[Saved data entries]
■ ■ ■ ■ ■ ■ ■

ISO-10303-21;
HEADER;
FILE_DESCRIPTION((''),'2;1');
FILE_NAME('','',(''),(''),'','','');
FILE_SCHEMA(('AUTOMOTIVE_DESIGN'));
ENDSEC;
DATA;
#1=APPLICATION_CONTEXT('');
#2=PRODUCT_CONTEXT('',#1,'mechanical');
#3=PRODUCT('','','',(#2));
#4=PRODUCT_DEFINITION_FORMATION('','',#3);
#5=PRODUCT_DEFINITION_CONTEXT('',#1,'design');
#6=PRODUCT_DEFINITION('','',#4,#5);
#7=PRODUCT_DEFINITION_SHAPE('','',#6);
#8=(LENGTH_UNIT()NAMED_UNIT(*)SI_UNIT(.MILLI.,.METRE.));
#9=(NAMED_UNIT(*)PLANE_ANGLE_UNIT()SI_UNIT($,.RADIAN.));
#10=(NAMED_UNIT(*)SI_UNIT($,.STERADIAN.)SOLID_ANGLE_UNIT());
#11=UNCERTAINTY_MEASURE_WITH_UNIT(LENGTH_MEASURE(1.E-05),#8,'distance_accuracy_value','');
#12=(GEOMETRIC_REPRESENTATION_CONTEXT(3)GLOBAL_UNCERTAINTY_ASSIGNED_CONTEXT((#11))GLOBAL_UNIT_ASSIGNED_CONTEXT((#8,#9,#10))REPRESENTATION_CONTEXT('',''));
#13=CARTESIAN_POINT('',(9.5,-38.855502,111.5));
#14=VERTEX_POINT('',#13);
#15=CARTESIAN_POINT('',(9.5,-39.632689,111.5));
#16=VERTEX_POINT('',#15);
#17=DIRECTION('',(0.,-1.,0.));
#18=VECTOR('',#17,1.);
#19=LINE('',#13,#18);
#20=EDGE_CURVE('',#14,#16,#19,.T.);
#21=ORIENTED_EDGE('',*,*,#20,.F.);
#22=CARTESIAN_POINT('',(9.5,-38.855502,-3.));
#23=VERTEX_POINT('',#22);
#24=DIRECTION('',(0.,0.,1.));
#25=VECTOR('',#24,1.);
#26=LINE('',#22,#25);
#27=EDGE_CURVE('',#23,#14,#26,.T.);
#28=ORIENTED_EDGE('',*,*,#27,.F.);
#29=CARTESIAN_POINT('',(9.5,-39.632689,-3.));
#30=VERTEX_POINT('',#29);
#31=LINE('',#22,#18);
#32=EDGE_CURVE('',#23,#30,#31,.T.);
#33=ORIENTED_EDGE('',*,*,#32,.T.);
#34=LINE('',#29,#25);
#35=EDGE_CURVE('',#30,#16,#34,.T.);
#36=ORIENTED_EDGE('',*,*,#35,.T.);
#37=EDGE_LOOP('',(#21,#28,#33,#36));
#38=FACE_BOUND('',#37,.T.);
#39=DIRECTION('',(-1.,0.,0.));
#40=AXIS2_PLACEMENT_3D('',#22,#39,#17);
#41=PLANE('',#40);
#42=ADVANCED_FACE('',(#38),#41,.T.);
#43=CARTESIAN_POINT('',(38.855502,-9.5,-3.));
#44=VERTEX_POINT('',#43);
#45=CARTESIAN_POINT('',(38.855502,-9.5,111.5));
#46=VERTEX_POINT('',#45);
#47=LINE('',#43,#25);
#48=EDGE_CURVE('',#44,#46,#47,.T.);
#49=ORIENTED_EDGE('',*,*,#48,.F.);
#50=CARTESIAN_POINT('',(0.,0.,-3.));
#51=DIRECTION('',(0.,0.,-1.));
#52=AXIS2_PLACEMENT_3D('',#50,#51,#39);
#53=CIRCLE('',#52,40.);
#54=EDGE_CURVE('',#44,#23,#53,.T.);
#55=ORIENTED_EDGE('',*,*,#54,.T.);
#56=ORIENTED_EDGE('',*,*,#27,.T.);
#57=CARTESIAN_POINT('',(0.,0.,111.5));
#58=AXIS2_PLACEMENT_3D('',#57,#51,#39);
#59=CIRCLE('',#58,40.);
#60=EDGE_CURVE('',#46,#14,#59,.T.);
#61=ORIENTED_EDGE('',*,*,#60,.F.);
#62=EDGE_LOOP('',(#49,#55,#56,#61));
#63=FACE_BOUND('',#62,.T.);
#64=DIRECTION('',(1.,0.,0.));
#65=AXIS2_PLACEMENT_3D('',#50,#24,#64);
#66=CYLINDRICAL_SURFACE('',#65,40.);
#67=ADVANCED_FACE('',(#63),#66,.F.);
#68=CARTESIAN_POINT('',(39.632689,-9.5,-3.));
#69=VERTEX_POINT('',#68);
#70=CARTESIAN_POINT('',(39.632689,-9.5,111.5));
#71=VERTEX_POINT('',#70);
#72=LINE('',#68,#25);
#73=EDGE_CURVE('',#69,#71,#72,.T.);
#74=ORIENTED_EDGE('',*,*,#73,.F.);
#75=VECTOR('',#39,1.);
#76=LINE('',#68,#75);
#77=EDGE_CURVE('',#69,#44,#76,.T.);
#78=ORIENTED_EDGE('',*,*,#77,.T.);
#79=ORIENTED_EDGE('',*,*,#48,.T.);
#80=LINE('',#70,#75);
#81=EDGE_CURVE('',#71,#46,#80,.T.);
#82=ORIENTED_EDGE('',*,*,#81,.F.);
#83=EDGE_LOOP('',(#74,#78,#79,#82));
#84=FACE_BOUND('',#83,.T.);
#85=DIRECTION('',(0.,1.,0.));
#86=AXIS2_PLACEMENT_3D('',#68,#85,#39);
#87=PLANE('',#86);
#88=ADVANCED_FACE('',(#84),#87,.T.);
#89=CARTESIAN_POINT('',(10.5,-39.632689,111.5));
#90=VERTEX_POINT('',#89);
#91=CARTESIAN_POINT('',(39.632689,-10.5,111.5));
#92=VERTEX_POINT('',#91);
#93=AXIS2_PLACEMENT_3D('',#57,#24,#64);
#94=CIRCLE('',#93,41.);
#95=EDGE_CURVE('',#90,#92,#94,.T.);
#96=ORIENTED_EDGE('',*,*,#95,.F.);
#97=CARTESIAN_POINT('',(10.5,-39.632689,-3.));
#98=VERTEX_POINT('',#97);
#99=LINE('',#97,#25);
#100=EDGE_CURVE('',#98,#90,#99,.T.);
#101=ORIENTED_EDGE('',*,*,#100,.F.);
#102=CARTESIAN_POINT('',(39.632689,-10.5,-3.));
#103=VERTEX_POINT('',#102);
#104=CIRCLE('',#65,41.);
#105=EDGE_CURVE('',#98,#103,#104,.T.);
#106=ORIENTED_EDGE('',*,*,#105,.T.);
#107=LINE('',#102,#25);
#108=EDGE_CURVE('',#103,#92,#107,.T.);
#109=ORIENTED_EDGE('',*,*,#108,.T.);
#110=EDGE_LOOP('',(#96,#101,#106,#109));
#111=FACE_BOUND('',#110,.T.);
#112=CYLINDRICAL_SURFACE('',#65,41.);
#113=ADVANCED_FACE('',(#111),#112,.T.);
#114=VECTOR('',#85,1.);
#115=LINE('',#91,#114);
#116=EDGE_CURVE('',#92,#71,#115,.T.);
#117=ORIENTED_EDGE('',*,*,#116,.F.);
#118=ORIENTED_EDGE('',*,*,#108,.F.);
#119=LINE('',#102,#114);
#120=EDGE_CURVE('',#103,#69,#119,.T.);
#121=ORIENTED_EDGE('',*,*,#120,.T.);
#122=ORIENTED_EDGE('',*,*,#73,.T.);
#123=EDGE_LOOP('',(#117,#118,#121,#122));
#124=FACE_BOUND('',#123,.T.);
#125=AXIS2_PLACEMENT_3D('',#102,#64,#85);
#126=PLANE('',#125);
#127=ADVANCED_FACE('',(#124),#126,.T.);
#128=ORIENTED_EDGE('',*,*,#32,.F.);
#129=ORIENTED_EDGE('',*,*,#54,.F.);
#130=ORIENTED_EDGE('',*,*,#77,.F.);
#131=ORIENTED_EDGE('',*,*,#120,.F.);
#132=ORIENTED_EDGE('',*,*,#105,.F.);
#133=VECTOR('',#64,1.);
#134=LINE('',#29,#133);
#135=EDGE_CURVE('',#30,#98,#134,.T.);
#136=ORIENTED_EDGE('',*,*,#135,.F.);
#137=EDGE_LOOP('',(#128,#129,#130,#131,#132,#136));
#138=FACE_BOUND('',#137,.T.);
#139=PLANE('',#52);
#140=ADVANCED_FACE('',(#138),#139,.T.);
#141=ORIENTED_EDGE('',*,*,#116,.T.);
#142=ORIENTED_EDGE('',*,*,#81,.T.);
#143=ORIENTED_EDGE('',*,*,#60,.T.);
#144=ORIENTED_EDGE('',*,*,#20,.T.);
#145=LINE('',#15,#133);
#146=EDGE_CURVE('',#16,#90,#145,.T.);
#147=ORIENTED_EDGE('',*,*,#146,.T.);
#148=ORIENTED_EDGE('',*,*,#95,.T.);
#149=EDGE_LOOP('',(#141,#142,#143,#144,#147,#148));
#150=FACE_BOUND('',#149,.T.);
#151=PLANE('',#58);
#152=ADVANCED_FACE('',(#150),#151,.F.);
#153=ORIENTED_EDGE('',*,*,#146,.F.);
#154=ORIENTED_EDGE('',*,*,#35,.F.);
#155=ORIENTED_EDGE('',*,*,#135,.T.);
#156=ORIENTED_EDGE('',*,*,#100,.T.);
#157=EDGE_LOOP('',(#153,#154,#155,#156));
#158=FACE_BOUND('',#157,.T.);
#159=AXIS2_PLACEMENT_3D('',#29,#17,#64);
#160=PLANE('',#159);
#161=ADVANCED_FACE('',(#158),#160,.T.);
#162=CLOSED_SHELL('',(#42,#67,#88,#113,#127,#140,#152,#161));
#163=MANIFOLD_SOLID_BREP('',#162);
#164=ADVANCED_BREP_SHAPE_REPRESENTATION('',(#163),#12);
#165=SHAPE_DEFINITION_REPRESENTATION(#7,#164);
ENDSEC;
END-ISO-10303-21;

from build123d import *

# Parameters (mm, degrees)
EXTRUDE_1_DEPTH = 114.5


with BuildPart() as part:
    # Эскиз1 → Бобышка-Вытянуть1 (new body)
    with BuildSketch(Plane.XY.offset(111.5)):
        with BuildLine():
            Line((9.5, -38.855501541), (9.5, -39.632688529))
            Line((9.5, -39.632688529), (10.5, -39.632688529))
            ThreePointArc((10.5, -39.632688529), (28.991378029, -28.991378029), (39.632688529, -10.5))
            Line((39.632688529, -10.5), (39.632688529, -9.5))
            Line((39.632688529, -9.5), (38.855501541, -9.5))
            ThreePointArc((38.855501541, -9.5), (28.284271247, -28.284271247), (9.5, -38.855501541))
        make_face()
    extrude(amount=-EXTRUDE_1_DEPTH)


solid = part.part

■ ■ ■ ■ ■ ■ ■

_WORK TO COMPLETE:_ Among the entries above, copy exactly only the lines starting with the one containing "#131=ORIENTED_EDGE('',*,*,#120,.F.);" and going through the one containing "#163=MANIFOLD_SOLID_BREP('',#162);", both ends included.

_THE COMPLETED TASK:_
#131=ORIENTED_EDGE('',*,*,#120,.F.);
#132=ORIENTED_EDGE('',*,*,#105,.F.);
#133=VECTOR('',#64,1.);
#134=LINE('',#29,#133);
#135=EDGE_CURVE('',#30,#98,#134,.T.);
#136=ORIENTED_EDGE('',*,*,#135,.F.);
#137=EDGE_LOOP('',(#128,#129,#130,#131,#132,#136));
#138=FACE_BOUND('',#137,.T.);
#139=PLANE('',#52);
#140=ADVANCED_FACE('',(#138),#139,.T.);
#141=ORIENTED_EDGE('',*,*,#116,.T.);
#142=ORIENTED_EDGE('',*,*,#81,.T.);
#143=ORIENTED_EDGE('',*,*,#60,.T.);
#144=ORIENTED_EDGE('',*,*,#20,.T.);
#145=LINE('',#15,#133);
#146=EDGE_CURVE('',#16,#90,#145,.T.);
#147=ORIENTED_EDGE('',*,*,#146,.T.);
#148=ORIENTED_EDGE('',*,*,#95,.T.);
#149=EDGE_LOOP('',(#141,#142,#143,#144,#147,#148));
#150=FACE_BOUND('',#149,.T.);
#151=PLANE('',#58);
#152=ADVANCED_FACE('',(#150),#151,.F.);
#153=ORIENTED_EDGE('',*,*,#146,.F.);
#154=ORIENTED_EDGE('',*,*,#35,.F.);
#155=ORIENTED_EDGE('',*,*,#135,.T.);
#156=ORIENTED_EDGE('',*,*,#100,.T.);
#157=EDGE_LOOP('',(#153,#154,#155,#156));
#158=FACE_BOUND('',#157,.T.);
#159=AXIS2_PLACEMENT_3D('',#29,#17,#64);
#160=PLANE('',#159);
#161=ADVANCED_FACE('',(#158),#160,.T.);
#162=CLOSED_SHELL('',(#42,#67,#88,#113,#127,#140,#152,#161));
#163=MANIFOLD_SOLID_BREP('',#162);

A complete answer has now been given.